Durante il famoso “rinascimento” bassoliniano, ad esempio, si pensò di fare bello il “salotto” della città, di valorizzare le potenzialità del centro storico, e già questo non è poco, ma le periferie furono abbandonate a se stesse, rinviando il loro recupero a un ipotetico domani, che come Godot non è mai arrivato.
La periferia è un luogo dove le cose valgono di meno indipendentemente dall’effettivo valore.
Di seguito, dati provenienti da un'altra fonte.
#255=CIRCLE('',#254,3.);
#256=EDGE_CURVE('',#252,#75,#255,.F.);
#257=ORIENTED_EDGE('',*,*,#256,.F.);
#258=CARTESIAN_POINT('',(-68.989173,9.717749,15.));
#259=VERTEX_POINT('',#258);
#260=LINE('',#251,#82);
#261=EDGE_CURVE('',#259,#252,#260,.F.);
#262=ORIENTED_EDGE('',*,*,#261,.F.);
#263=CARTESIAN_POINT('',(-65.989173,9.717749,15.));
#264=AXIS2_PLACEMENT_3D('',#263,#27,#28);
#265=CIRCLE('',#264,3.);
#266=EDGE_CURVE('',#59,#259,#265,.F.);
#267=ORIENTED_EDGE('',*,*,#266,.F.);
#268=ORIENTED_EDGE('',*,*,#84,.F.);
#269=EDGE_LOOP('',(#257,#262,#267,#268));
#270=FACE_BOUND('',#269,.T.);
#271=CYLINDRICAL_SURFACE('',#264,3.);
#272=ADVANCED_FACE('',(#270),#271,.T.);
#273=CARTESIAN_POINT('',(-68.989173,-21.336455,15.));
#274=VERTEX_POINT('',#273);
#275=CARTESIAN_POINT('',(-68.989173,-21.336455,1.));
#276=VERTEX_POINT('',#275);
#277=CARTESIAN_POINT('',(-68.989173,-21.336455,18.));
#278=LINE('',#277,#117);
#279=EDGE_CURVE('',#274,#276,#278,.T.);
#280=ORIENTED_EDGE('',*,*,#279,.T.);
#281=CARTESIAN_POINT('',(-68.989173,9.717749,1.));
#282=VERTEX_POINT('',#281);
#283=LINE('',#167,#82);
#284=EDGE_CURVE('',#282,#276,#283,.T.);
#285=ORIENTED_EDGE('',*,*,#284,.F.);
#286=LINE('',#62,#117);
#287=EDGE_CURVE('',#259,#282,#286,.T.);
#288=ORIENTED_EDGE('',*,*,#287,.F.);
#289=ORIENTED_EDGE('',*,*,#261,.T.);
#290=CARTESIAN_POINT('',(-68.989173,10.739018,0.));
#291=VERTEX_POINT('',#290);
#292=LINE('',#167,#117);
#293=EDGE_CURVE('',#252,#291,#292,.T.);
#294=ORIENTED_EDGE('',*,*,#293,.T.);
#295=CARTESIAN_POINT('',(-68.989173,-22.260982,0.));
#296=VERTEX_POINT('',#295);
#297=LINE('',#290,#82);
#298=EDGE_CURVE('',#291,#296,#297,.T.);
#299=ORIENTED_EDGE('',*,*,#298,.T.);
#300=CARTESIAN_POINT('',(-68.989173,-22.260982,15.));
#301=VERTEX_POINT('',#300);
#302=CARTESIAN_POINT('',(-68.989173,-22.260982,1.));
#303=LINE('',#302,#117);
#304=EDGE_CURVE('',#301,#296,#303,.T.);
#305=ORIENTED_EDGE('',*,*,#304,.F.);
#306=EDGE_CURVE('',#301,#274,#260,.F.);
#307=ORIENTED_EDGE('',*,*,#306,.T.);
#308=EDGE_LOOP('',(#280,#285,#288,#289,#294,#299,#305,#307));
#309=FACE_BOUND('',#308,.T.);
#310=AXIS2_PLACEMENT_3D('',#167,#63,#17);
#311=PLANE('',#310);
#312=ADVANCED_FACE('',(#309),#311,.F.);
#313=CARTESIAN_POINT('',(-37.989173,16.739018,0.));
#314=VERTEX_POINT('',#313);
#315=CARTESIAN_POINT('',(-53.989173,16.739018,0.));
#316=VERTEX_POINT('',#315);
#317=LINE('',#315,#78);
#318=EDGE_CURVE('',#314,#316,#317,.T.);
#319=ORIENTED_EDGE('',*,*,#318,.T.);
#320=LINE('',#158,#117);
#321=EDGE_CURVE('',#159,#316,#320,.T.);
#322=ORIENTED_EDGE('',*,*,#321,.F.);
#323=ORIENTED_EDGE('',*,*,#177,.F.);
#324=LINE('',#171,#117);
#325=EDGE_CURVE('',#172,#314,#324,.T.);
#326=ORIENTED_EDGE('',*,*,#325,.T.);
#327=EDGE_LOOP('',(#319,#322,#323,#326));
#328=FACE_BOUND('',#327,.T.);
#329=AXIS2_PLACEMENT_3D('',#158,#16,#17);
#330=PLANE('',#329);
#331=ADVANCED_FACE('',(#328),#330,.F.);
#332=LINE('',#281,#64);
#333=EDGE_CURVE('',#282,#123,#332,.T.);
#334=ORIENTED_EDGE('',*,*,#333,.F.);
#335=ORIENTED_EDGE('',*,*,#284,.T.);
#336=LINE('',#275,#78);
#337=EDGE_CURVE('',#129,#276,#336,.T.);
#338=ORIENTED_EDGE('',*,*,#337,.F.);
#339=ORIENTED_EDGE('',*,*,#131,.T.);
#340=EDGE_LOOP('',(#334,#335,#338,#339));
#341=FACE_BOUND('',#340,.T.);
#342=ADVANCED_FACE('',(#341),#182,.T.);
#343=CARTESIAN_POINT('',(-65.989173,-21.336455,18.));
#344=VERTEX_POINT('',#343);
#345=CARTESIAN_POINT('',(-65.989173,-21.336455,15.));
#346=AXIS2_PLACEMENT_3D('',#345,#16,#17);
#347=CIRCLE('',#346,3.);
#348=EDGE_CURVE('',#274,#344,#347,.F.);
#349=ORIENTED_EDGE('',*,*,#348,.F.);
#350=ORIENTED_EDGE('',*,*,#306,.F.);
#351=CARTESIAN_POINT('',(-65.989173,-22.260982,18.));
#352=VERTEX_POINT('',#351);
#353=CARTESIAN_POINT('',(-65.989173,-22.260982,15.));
Ci sono a Scampia degli appartamenti in parco che al Vomero, a Chiaia o a Posillipo vedrebbero il loro valore di mercato moltiplicato per tre o per quattro, se non per cinque.
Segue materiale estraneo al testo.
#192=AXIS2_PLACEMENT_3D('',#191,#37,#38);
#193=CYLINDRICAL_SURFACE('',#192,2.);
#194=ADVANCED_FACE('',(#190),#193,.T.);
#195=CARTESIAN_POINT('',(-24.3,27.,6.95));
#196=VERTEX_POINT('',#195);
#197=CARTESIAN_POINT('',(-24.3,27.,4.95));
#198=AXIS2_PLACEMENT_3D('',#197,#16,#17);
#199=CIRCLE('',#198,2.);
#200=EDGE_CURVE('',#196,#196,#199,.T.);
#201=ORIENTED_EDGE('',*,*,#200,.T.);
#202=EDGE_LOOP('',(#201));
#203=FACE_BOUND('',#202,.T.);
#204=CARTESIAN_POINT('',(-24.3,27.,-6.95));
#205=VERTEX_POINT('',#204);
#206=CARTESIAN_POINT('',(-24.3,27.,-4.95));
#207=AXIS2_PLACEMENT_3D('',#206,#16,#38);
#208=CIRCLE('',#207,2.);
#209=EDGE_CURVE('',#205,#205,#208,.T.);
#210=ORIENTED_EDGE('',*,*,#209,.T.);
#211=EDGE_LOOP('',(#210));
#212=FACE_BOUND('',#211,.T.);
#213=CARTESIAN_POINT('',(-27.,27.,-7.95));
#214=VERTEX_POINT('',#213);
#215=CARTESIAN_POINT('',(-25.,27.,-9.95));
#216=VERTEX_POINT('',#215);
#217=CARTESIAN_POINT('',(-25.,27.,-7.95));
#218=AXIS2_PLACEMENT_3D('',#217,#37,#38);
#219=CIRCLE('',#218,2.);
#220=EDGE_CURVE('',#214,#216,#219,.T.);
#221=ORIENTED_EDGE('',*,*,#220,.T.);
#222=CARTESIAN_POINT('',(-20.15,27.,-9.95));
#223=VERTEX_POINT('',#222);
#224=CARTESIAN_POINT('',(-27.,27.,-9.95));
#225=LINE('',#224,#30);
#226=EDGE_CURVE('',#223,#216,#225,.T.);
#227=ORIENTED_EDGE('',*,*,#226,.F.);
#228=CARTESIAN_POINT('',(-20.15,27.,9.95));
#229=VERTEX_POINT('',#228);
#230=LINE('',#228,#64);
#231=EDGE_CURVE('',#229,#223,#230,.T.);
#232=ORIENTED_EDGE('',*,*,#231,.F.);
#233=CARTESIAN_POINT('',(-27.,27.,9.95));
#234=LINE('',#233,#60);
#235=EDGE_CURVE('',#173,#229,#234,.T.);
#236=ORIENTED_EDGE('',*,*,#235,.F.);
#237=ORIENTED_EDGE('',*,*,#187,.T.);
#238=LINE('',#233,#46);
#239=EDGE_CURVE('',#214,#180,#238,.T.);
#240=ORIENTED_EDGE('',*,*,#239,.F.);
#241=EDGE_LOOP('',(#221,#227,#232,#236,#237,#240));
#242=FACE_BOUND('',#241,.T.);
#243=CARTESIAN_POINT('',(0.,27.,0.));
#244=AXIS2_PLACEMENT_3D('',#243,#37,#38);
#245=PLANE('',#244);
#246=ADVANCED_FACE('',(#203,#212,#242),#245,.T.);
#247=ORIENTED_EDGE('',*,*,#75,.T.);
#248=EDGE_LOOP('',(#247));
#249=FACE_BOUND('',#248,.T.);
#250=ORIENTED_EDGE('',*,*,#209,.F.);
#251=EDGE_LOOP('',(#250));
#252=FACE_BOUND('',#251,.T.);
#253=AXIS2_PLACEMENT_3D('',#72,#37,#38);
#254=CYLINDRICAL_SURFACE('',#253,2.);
E, se è così con le cose, è così con le persone.
Ho sentito di ragazzi respinti (o costretti a trasferirsi) da scuole di zone viciniori solo per la loro provenienza e di giovani che per le loro radici scampiesi trovano difficoltà a inserirsi nel mondo del lavoro.
Ormai si è valutati non in quanto persone, per i propri specifici meriti o demeriti, ma per appartenenze: Nord/Sud, centro/periferie, ricco/povero, cattolico/musulmano, di pelle bianca/di pelle scura, e così via.
Ci sono moltissime persone che non sono mai state coinvolte in incidenti stradali; eppure, le agenzie di assicurazione rc auto applicano loro contratti in sovrapprezzo solo in base al cap. Se abiti a Scampia paghi di più indipendentemente dalla tua correttezza di guida e, se fai anche un solo incidente, rischi di vederti negata l’assicurazione.
Tornando al nostro discorso sulle periferie, c’è anche da dire che la loro percepita (e reale) minorità deriva dal concentrato di povertà varie sul territorio, perché ci sono anche zone, periferiche solo da un punto di vista topografico, definite “residenziali”, che, essendo abitate prevalentemente da un ceto borghese medio alto, non godono (si fa per dire) della stessa discriminazione.
Abolire le periferie “teoricamente” non dovrebbe essere un obbiettivo irrealizzabile. Anzi, sembra “strano” che esse esistano. Non avrebbero mai dovuto essere concepite, perché, se la periferia è fattore di disuguaglianza, come andiamo affermando, essa è incostituzionale, in quanto la nostra Costituzione all’art. 3 ci avverte che “tutti i cittadini hanno pari dignità sociale e sono uguali davanti alla legge” e che “è compito della Repubblica rimuovere gli ostacoli di ordine economico e sociale” che limitano di fatto la libertà e l’eguaglianza dei cittadini.
Forse basterebbe organizzarci e pretendere nelle forme previste di legge che il dettato della Costituzione non sia un mero enunciato e che le istituzioni preposte rendano la norma esecutiva.